Because to keep it simple we use $ instead of a variable as our counter, and so we have to set $ to 0 at the beginning of the loop. Since this line is a calculation, it would write the result 0 to hy at the end of the first loop pass (which would be after the commmand & has cleared hy!) -- to avoid this we have to use silent mode. We also need silent mode when we add 1 to the value of $ after we've rolled a 6, and when we set $ back to 0 after the end of each cycle of 100000 rolls of the die. (Maybe it would be easier to use a variable, after all ...)

I1: 0 #

I1: &

IF 1 6 RANDINT 6 == THEN 1 + #

IF I 100000 MULTIPLE THEN 1e5 $ / &&

ALSO: =

ALSO: 0 #

I*: # Average:

I*: (hy) MEAN

To let this script perform ten tests with one hundred thousand passes each, we need to set the maximum number of loops to 1 million, and then call our script test6 with that maximum.

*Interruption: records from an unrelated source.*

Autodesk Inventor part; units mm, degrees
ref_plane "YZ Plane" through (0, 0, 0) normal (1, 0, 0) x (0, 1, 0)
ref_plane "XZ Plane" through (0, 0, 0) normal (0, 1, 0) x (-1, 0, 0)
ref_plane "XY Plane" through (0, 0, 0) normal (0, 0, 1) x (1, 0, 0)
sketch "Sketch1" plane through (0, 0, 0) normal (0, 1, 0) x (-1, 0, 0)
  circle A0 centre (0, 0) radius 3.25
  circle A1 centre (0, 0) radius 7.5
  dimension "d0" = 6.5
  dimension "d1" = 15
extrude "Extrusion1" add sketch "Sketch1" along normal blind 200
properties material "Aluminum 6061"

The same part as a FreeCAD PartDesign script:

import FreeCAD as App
import Part
import Sketcher
Q = App.Units.Quantity

doc = App.newDocument("Part")
body = doc.addObject("PartDesign::Body", "Body")

sketch1 = body.newObject("Sketcher::SketchObject", "Sketch")
sketch1.AttachmentSupport = (doc.getObject("XZ_Plane"), [""])
sketch1.MapMode = "FlatFace"
sketch1.addGeometry(Part.Circle(App.Vector(0, 0, 0), App.Vector(0, 0, 1), 7.5), False)
sketch1.addGeometry(Part.Circle(App.Vector(0, 0, 0), App.Vector(0, 0, 1), 3.25), False)
sketch1.addConstraint(Sketcher.Constraint("Coincident", 0, 3, -1, 1))
sketch1.addConstraint(Sketcher.Constraint("Coincident", 1, 3, -1, 1))
sketch1.addConstraint(Sketcher.Constraint("Diameter", 0, Q("15 mm")))
sketch1.addConstraint(Sketcher.Constraint("Diameter", 1, Q("6.5 mm")))
pad1 = body.newObject("PartDesign::Pad", "Pad")
pad1.Profile = sketch1
pad1.Length = 200
pad1.Reversed = True

doc.recompute()
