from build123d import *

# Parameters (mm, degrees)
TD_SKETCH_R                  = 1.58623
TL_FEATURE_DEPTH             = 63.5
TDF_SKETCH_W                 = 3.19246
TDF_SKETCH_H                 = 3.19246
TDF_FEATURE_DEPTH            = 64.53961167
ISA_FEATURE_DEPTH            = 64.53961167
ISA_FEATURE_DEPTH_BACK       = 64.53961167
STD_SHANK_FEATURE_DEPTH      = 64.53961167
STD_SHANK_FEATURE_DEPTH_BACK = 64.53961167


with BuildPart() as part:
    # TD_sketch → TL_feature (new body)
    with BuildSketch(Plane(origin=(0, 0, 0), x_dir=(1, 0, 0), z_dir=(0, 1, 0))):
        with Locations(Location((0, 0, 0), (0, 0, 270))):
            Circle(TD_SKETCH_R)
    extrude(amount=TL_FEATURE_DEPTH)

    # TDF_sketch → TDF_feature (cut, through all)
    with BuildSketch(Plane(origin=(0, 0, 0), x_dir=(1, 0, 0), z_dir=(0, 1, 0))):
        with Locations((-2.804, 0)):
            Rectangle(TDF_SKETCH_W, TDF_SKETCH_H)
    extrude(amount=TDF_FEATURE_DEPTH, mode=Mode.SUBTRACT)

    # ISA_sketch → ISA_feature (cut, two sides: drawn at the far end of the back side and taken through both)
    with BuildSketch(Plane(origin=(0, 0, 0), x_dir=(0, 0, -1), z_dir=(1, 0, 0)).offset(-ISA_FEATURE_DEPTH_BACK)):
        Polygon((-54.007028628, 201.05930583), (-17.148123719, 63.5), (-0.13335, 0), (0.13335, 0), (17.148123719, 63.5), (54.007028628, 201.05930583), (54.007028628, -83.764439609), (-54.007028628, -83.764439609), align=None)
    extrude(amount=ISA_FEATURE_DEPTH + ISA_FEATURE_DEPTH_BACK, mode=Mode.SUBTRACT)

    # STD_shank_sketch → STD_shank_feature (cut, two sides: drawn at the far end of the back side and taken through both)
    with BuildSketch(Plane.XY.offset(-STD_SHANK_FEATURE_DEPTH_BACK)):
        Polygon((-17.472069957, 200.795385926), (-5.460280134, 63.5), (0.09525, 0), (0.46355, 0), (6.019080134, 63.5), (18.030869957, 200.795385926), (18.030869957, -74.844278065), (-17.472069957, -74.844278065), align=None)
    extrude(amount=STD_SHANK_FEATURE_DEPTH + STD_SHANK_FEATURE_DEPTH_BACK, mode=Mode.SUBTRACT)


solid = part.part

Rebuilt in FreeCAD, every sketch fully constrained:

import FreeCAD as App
import Part
import Sketcher
Q = App.Units.Quantity


def add_polygon(sketch, points):
    """Adds a closed chain of lines whose ends are joined by coincident constraints."""
    first, n = sketch.GeometryCount, len(points)
    for a, b in zip(points, points[1:] + points[:1]):
        sketch.addGeometry(Part.LineSegment(App.Vector(*a, 0), App.Vector(*b, 0)), False)
    for i in range(n):
        sketch.addConstraint(Sketcher.Constraint("Coincident", first + i, 2, first + (i + 1) % n, 1))

doc = App.newDocument("Part")
body = doc.addObject("PartDesign::Body", "Body")

# Sketch on XZ plane
sketch1 = body.newObject("Sketcher::SketchObject", "Sketch")
sketch1.AttachmentSupport = (doc.getObject("XZ_Plane"), [""])
sketch1.MapMode = "FlatFace"
sketch1.addGeometry(Part.Circle(App.Vector(0, 0, 0), App.Vector(0, 0, 1), 1.6), False)
sketch1.addConstraint(Sketcher.Constraint("Coincident", 0, 3, -1, 1))
sketch1.addConstraint(Sketcher.Constraint("Diameter", 0, Q("0.1249 in")))
pad1 = body.newObject("PartDesign::Pad", "Pad")
pad1.Profile = sketch1
pad1.Length = Q("2.5 in")
pad1.Reversed = True

# Sketch on XZ plane
sketch2 = body.newObject("Sketcher::SketchObject", "Sketch001")
sketch2.AttachmentSupport = (doc.getObject("XZ_Plane"), [""])
sketch2.MapMode = "FlatFace"
add_polygon(sketch2, [(-4.4, -1.6), (-4.4, 1.6), (-1.2, 1.6), (-1.2, -1.6)])  # lines 0-3
sketch2.addConstraint(Sketcher.Constraint("Vertical", 0))
sketch2.addConstraint(Sketcher.Constraint("Horizontal", 1))
sketch2.addConstraint(Sketcher.Constraint("Vertical", 2))
sketch2.addConstraint(Sketcher.Constraint("Horizontal", 3))
sketch2.addConstraint(Sketcher.Constraint("Equal", 3, 0))
sketch2.addConstraint(Sketcher.Constraint("DistanceX", 1, 1, 1, 2, 3.19246))
sketch2.addConstraint(Sketcher.Constraint("DistanceX", 0, 2, -1, 1, 4.40023))
sketch2.addConstraint(Sketcher.Constraint("DistanceY", -1, 1, 0, 2, 1.59623))
pocket1 = body.newObject("PartDesign::Pocket", "Pocket")
pocket1.Profile = sketch2
pocket1.Type = "ThroughAll"

# Sketch on YZ plane
sketch3 = body.newObject("Sketcher::SketchObject", "Sketch002")
sketch3.AttachmentSupport = (doc.getObject("YZ_Plane"), [""])
sketch3.MapMode = "FlatFace"
add_polygon(sketch3, [(63.5, 17.15), (201.06, 54.01), (-83.76, 54.01), (-83.76, -54.01), (201.06, -54.01), (63.5, -17.15), (0, -0.13), (0, 0.13)])  # lines 0-7
sketch3.addConstraint(Sketcher.Constraint("Horizontal", 1))
sketch3.addConstraint(Sketcher.Constraint("Vertical", 2))
sketch3.addConstraint(Sketcher.Constraint("Horizontal", 3))
sketch3.addConstraint(Sketcher.Constraint("Vertical", 6))
sketch3.addConstraint(Sketcher.Constraint("Symmetric", 5, 2, 6, 2, -1, 1))
sketch3.addConstraint(Sketcher.Constraint("Symmetric", 0, 2, 3, 2, -1))
sketch3.addConstraint(Sketcher.Constraint("Symmetric", 4, 2, 7, 2, -1))
sketch3.addConstraint(Sketcher.Constraint("Parallel", 4, 5))
sketch3.addConstraint(Sketcher.Constraint("Angle", 0, Q("15 deg")))
sketch3.addConstraint(Sketcher.Constraint("DistanceX", -1, 1, 4, 2, Q("2.5 in")))
sketch3.addConstraint(Sketcher.Constraint("DistanceY", 6, 1, 6, 2, Q("0.0105 in")))
sketch3.addConstraint(Sketcher.Constraint("DistanceX", 1, 2, 1, 1, 284.823745))
sketch3.addConstraint(Sketcher.Constraint("DistanceY", 2, 2, 2, 1, 108.014057))
pocket2 = body.newObject("PartDesign::Pocket", "Pocket001")
pocket2.Profile = sketch3
pocket2.Type = "ThroughAll"
pocket2.Midplane = True

# Sketch on XY plane
sketch4 = body.newObject("Sketcher::SketchObject", "Sketch003")
sketch4.AttachmentSupport = (doc.getObject("XY_Plane"), [""])
sketch4.MapMode = "FlatFace"
add_polygon(sketch4, [(-5.46, 63.5), (-17.47, 200.8), (-17.47, -74.84), (18.03, -74.84), (18.03, 200.8), (6.02, 63.5), (0.46, 0), (0.1, 0)])  # lines 0-7
sketch4.addConstraint(Sketcher.Constraint("Vertical", 1))
sketch4.addConstraint(Sketcher.Constraint("Horizontal", 2))
sketch4.addConstraint(Sketcher.Constraint("Vertical", 3))
sketch4.addConstraint(Sketcher.Constraint("Horizontal", 6))
sketch4.addConstraint(Sketcher.Constraint("PointOnObject", 5, 2, -1))
sketch4.addConstraint(Sketcher.Constraint("Parallel", 4, 5))
sketch4.addConstraint(Sketcher.Constraint("Parallel", 0, 7))
sketch4.addConstraint(Sketcher.Constraint("Horizontal", 0, 2, 3, 2))
sketch4.addConstraint(Sketcher.Constraint("Horizontal", 4, 2, 7, 2))
sketch4.addConstraint(Sketcher.Constraint("Equal", 0, 4))
sketch4.addConstraint(Sketcher.Constraint("Angle", 0, Q("95 deg")))
sketch4.addConstraint(Sketcher.Constraint("DistanceY", -1, 1, 4, 2, Q("2.5 in")))
sketch4.addConstraint(Sketcher.Constraint("DistanceX", 6, 2, 6, 1, Q("0.0145 in")))
sketch4.addConstraint(Sketcher.Constraint("DistanceX", 2, 1, 2, 2, 35.50294))
sketch4.addConstraint(Sketcher.Constraint("DistanceY", 1, 2, 1, 1, 275.639664))
sketch4.addConstraint(Sketcher.Constraint("DistanceX", 0, 2, -1, 1, 17.47207))
pocket3 = body.newObject("PartDesign::Pocket", "Pocket002")
pocket3.Profile = sketch4
pocket3.Type = "ThroughAll"
pocket3.Midplane = True

doc.recompute()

The script displays the ten results as they are calculated every 100000 passes, and at the end calculates their mean, which, as the last calculation result and therefore the current value of $, gets displayed when the loop has ended.

? MAXLOOP 1 MILLION

Max. number of passes set to: 1'000'000

? _*test6

= 6.01865783930184

= 5.97514340344168

= 5.91191250369495

= 5.99916011758354

= 6.01793344165614

= 5.99880023995201

= 6.0146758089739

= 6.03864734299517

= 6.0146758089739

= 5.95486214494134

Average:

= 5.99444686515145

Which is very close to the expected 6.0 rolls needed on average to roll a six, though even with the total of 1 million random numbers you'll still get slightly different results each time you repeat this experiment.

Hypatia's (that is, Phix's) random numbers are software-generated and not as strictly random as those that a hardware random number generator (or maybe a more sophisticated software random number generator) would provide.

I've tested all three types of Hypatia's random numbers, found no repeating patterns and no systematic biases, and for most practical purposes except cryptography and advanced scientific research they seem to be random enough. Be aware that they are not perfect, though.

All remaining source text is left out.